Fragile X Syndrome

A Leading Cause of Mental Illness: Fragile X Syndrome

Heather Christensen

19 May 2011


Fragile X Syndrome is caused by a trinucleotide repeat of the CGG triplet pattern on an X chromosome. A repeat could range from a “gray zone” to a full mutation. Males are generally more affected than females due to having only one X chromosome. There are a variety of symptoms that can come from having Fragile X Syndrome including: prominent facial features, mental impairments, various developmental, speech, and behavioral problems. Two test’s are used to determine the diagnosis of Fragile X Syndrome prenatally, and two test's to determine the diagnosis of Fragile X Syndrome after birth. These test’s are the Chorionic Villus Sampling (CVS), Amniocentesis, Southern Blotting test, and PCR (Polymerase Chain Reaction). At this time there is no cure for Fragile X Syndrome, but the earlier the diagnosis, the better.


I have always had an interest in mental disabilities. With little known about specific disabilities, such as autism, I found it important to study a leading cause of these disabilities. I was watching “The Talk” one afternoon and the topic of autism came up because of it being Autism Awareness Month in April. As I was watching, the host and professionals kept saying that a lot is unknown about autism. This is when I began to search more about the topic. I was talking with my roommate after seeing the show, and she introduced me to Fragile X Syndrome.

Fragile X Syndrome is a recessive disorder that is said to be one of the most leading causes of autism and other developmental disabilities. It is caused by the lack of a protein, known as the FMRP. This protein is important in brain development. To make this protein, the FMR1 gene repeats itself in the normal range. If the repeat goes outside of the normal range the protein fails to be made, resulting in Fragile X Syndrome.

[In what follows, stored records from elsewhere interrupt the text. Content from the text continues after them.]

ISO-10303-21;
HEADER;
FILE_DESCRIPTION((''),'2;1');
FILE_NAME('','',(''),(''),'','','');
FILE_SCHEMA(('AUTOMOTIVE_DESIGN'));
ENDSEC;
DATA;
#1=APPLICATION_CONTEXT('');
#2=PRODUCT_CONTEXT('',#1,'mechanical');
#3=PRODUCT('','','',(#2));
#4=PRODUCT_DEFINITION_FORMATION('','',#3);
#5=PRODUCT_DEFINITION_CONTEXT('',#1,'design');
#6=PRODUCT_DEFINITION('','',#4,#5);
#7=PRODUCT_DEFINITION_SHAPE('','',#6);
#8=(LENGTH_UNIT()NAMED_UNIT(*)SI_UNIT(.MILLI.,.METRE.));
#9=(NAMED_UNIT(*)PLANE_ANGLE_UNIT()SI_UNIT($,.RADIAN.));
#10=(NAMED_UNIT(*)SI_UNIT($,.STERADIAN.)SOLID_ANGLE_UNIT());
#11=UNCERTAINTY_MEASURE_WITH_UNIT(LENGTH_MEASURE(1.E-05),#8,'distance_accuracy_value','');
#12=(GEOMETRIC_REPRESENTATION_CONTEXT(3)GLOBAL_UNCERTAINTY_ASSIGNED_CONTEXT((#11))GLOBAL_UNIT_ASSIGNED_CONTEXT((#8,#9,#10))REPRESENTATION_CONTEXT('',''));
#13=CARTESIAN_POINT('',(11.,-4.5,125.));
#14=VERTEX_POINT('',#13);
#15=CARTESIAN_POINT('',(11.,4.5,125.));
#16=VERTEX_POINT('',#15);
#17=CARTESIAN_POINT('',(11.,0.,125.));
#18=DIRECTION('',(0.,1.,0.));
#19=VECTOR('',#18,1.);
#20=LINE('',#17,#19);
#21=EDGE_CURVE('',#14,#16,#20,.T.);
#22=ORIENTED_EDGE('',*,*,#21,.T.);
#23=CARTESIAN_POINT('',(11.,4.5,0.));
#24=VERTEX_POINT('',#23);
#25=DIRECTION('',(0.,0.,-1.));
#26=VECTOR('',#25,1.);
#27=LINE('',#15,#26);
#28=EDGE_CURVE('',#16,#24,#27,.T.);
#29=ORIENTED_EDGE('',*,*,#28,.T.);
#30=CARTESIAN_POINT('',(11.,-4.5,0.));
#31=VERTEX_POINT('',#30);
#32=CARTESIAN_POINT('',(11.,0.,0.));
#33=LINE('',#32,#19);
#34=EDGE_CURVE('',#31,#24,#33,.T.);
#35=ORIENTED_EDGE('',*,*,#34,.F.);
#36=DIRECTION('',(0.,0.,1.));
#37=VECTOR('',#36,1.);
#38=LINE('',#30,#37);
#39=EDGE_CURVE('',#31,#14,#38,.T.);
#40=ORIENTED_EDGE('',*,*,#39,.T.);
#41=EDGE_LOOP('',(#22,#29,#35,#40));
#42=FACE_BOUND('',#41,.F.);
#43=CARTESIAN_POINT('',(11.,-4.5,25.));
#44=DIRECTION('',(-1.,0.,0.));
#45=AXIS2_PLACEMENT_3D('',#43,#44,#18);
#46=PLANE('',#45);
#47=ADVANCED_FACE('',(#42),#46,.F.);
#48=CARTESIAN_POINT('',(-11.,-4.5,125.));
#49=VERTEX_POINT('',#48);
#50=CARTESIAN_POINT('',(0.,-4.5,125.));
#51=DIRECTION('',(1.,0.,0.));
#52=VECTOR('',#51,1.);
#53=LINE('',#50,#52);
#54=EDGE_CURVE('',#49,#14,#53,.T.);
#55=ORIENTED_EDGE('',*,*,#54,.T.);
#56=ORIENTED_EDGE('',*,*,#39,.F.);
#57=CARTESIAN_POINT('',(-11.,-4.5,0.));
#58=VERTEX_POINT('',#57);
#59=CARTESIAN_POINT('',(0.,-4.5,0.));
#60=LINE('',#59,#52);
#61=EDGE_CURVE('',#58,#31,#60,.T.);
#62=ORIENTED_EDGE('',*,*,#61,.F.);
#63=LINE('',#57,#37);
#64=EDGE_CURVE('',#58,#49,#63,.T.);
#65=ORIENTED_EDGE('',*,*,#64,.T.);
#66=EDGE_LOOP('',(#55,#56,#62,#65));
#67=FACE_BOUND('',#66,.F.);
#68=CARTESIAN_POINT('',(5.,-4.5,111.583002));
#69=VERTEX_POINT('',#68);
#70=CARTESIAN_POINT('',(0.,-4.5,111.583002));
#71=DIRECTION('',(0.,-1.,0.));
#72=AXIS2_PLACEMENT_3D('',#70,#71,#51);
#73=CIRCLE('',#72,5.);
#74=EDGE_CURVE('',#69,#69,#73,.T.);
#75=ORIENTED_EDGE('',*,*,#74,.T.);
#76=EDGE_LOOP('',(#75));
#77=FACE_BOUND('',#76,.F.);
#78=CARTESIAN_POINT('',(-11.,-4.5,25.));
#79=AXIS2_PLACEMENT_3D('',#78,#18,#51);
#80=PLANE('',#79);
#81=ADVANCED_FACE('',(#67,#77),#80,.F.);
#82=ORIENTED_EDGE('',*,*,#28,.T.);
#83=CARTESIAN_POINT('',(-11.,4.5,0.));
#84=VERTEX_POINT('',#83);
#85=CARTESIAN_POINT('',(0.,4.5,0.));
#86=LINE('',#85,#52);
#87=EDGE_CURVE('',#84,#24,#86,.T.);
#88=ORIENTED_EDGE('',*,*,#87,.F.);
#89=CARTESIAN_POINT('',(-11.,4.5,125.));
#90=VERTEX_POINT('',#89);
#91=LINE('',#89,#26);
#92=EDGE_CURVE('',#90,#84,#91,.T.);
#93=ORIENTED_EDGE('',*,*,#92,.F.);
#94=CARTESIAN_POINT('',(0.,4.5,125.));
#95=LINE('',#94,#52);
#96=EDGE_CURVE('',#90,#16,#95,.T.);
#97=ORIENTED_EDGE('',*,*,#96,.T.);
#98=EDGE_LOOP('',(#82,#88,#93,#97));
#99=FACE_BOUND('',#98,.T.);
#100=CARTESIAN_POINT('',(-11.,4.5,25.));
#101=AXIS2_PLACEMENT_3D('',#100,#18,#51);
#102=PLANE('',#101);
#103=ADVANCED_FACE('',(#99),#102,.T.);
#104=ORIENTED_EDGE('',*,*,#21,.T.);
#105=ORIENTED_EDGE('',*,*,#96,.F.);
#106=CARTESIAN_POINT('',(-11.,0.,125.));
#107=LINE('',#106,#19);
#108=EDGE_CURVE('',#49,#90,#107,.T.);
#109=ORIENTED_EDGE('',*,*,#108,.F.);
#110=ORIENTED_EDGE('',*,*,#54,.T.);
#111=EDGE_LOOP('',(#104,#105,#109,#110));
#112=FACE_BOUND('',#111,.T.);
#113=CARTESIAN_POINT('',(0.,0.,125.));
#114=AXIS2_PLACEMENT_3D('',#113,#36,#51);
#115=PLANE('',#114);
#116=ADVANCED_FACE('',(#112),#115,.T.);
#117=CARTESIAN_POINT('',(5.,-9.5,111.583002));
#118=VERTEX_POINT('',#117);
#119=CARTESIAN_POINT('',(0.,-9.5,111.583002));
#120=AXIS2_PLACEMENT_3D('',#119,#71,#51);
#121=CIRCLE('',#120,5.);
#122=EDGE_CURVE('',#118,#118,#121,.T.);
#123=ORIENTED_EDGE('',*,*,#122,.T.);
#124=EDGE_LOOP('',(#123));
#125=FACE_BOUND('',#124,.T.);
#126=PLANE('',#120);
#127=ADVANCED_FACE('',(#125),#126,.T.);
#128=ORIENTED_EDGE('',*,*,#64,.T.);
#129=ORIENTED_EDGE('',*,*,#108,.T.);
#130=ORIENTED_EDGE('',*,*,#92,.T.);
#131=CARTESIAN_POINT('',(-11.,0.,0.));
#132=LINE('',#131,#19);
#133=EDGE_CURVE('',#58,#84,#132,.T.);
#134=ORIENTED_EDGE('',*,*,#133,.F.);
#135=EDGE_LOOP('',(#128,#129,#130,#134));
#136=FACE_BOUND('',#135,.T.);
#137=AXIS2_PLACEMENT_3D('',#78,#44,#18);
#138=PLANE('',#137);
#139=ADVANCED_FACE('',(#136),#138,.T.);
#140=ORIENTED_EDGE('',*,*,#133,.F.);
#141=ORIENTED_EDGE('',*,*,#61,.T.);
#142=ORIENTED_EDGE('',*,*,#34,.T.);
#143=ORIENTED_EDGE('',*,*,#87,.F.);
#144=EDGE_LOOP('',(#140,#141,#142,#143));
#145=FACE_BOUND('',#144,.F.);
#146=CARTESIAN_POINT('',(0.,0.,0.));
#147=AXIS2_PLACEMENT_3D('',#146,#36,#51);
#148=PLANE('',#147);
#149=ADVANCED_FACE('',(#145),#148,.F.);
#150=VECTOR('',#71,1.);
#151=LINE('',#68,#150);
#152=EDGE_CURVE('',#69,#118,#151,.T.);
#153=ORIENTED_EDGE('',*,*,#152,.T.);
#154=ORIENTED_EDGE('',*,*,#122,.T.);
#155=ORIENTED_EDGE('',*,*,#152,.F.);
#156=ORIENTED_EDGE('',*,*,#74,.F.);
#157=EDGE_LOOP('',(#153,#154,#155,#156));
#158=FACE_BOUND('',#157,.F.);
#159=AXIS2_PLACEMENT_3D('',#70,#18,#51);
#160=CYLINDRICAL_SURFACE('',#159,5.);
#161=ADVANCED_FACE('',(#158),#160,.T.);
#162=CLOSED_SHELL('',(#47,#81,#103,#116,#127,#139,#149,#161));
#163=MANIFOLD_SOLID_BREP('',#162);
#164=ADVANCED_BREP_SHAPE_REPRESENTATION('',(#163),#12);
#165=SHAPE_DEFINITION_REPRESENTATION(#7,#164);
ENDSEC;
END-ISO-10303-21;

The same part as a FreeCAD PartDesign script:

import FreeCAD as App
import Part
import Sketcher


def add_polygon(sketch, points):
    """Adds a closed chain of lines whose ends are joined by coincident constraints."""
    first, n = sketch.GeometryCount, len(points)
    for a, b in zip(points, points[1:] + points[:1]):
        sketch.addGeometry(Part.LineSegment(App.Vector(*a, 0), App.Vector(*b, 0)), False)
    for i in range(n):
        sketch.addConstraint(Sketcher.Constraint("Coincident", first + i, 2, first + (i + 1) % n, 1))

doc = App.newDocument("Part")
params = doc.addObject("Spreadsheet::Sheet", "Params")
for row, (alias, value) in enumerate([
    ("sketch1_width", "22 mm"),
    ("sketch1_height", "9 mm"),
    ("pad1_length", "25 mm"),
    ("sketch2_width", "22 mm"),
    ("sketch2_height", "9 mm"),
    ("pad2_length", "100 mm"),
    ("sketch3_diameter", "10 mm"),
    ("pad3_length", "5 mm"),
], start=1):
    params.set(f"A{row}", alias)
    params.set(f"B{row}", "=" + value)
    params.setAlias(f"B{row}", alias)

body = doc.addObject("PartDesign::Body", "Body")

sketch1 = body.newObject("Sketcher::SketchObject", "Sketch")
sketch1.AttachmentSupport = (doc.getObject("XY_Plane"), [""])
sketch1.MapMode = "FlatFace"
add_polygon(sketch1, [(-11, 4), (-11, -4), (11, -4), (11, 4)])
sketch1.addConstraint([
    Sketcher.Constraint("Vertical", 0),
    Sketcher.Constraint("Horizontal", 1),
    Sketcher.Constraint("Vertical", 2),
    Sketcher.Constraint("Horizontal", 3),
    Sketcher.Constraint("Symmetric", 0, 2, 2, 2, -1, 1),
    Sketcher.Constraint("DistanceX", 1, 1, 1, 2, 22.0),
    Sketcher.Constraint("DistanceY", 0, 2, 0, 1, 9.0),
])
sketch1.setExpression("Constraints[9]", "Params.sketch1_width")
sketch1.setExpression("Constraints[10]", "Params.sketch1_height")
pad1 = body.newObject("PartDesign::Pad", "Pad")
pad1.Profile = sketch1
pad1.setExpression("Length", "Params.pad1_length")

sketch2 = body.newObject("Sketcher::SketchObject", "Sketch001")
sketch2.AttachmentSupport = (doc.getObject("XY_Plane"), [""])
sketch2.MapMode = "FlatFace"
sketch2.AttachmentOffset = App.Placement(App.Vector(0, 0, 25), App.Rotation())
add_polygon(sketch2, [(-11, 4), (-11, -4), (11, -4), (11, 4)])
sketch2.addConstraint([
    Sketcher.Constraint("Vertical", 0),
    Sketcher.Constraint("Horizontal", 1),
    Sketcher.Constraint("Vertical", 2),
    Sketcher.Constraint("Horizontal", 3),
    Sketcher.Constraint("Symmetric", 0, 2, 2, 2, -1, 1),
    Sketcher.Constraint("DistanceX", 1, 1, 1, 2, 22.0),
    Sketcher.Constraint("DistanceY", 0, 2, 0, 1, 9.0),
])
sketch2.setExpression("Constraints[9]", "Params.sketch2_width")
sketch2.setExpression("Constraints[10]", "Params.sketch2_height")
pad2 = body.newObject("PartDesign::Pad", "Pad001")
pad2.Profile = sketch2
pad2.setExpression("Length", "Params.pad2_length")

sketch3 = body.newObject("Sketcher::SketchObject", "Sketch002")
sketch3.AttachmentSupport = (doc.getObject("XZ_Plane"), [""])
sketch3.MapMode = "FlatFace"
sketch3.AttachmentOffset = App.Placement(App.Vector(0, 0, 4.5), App.Rotation())
sketch3.addGeometry(Part.Circle(App.Vector(0, 112, 0), App.Vector(0, 0, 1), 5), False)
sketch3.addConstraint([
    Sketcher.Constraint("PointOnObject", 0, 3, -2),
    Sketcher.Constraint("Diameter", 0, 10.0),
    Sketcher.Constraint("DistanceY", -1, 1, 0, 3, 111.583002),
])
sketch3.setExpression("Constraints[1]", "Params.sketch3_diameter")
pad3 = body.newObject("PartDesign::Pad", "Pad002")
pad3.Profile = sketch3
pad3.setExpression("Length", "Params.pad3_length")

doc.recompute()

From the Time of Conception

To fully understand the effects of Fragile X Syndrome, it is important to look at the difference between a non sex-determining chromosome and a sex-determining chromosome. This is because Fragile X Syndrome effects the X chromosome on the 23 chromosome, the sex-determining chromosome. The determination of the sex of a baby is based on the separation of the male sex chromosomes, X and Y, during meiosis. In order for the successful transfer of genetic material from pairing and exchanging to occur, recombination or crossing-over needs to happen. The process of crossing-over results in the interlocking of homologous chromosomes and makes certain that the proper separation between the male chromosomes happens during the first meiotic cell division (Hawley, 870). According to Hawley, the process of recombination is distinctly different than the crossing-over of non-sex-determining chromosomes and play an important part in combining the Y chromosome into a successful meiotic program (870). In most instances, the pairing of homologous chromosomes and the initiation of recombination rely on the programmed introduction of double-stranded breaks in the DNA by the SPO11 protein. The pairing of the X and Y chromosome are found at the ends of the pseudoautosomal region. The difference between a sex-determining chromosome and the non-sex-determining chromosome is that the X and Y pairing is delayed significantly more than autosomes. The X and Y pairing are said to take place simultaneously with the delayed double-stranded breaks of the PAR (Pseudoautosomal) region, suggesting that this enables the pairing of the sex chromosomes. With this being said, the X and Y pairing and recombination occur in a small timeframe, unlike the rest of the genome (870-871).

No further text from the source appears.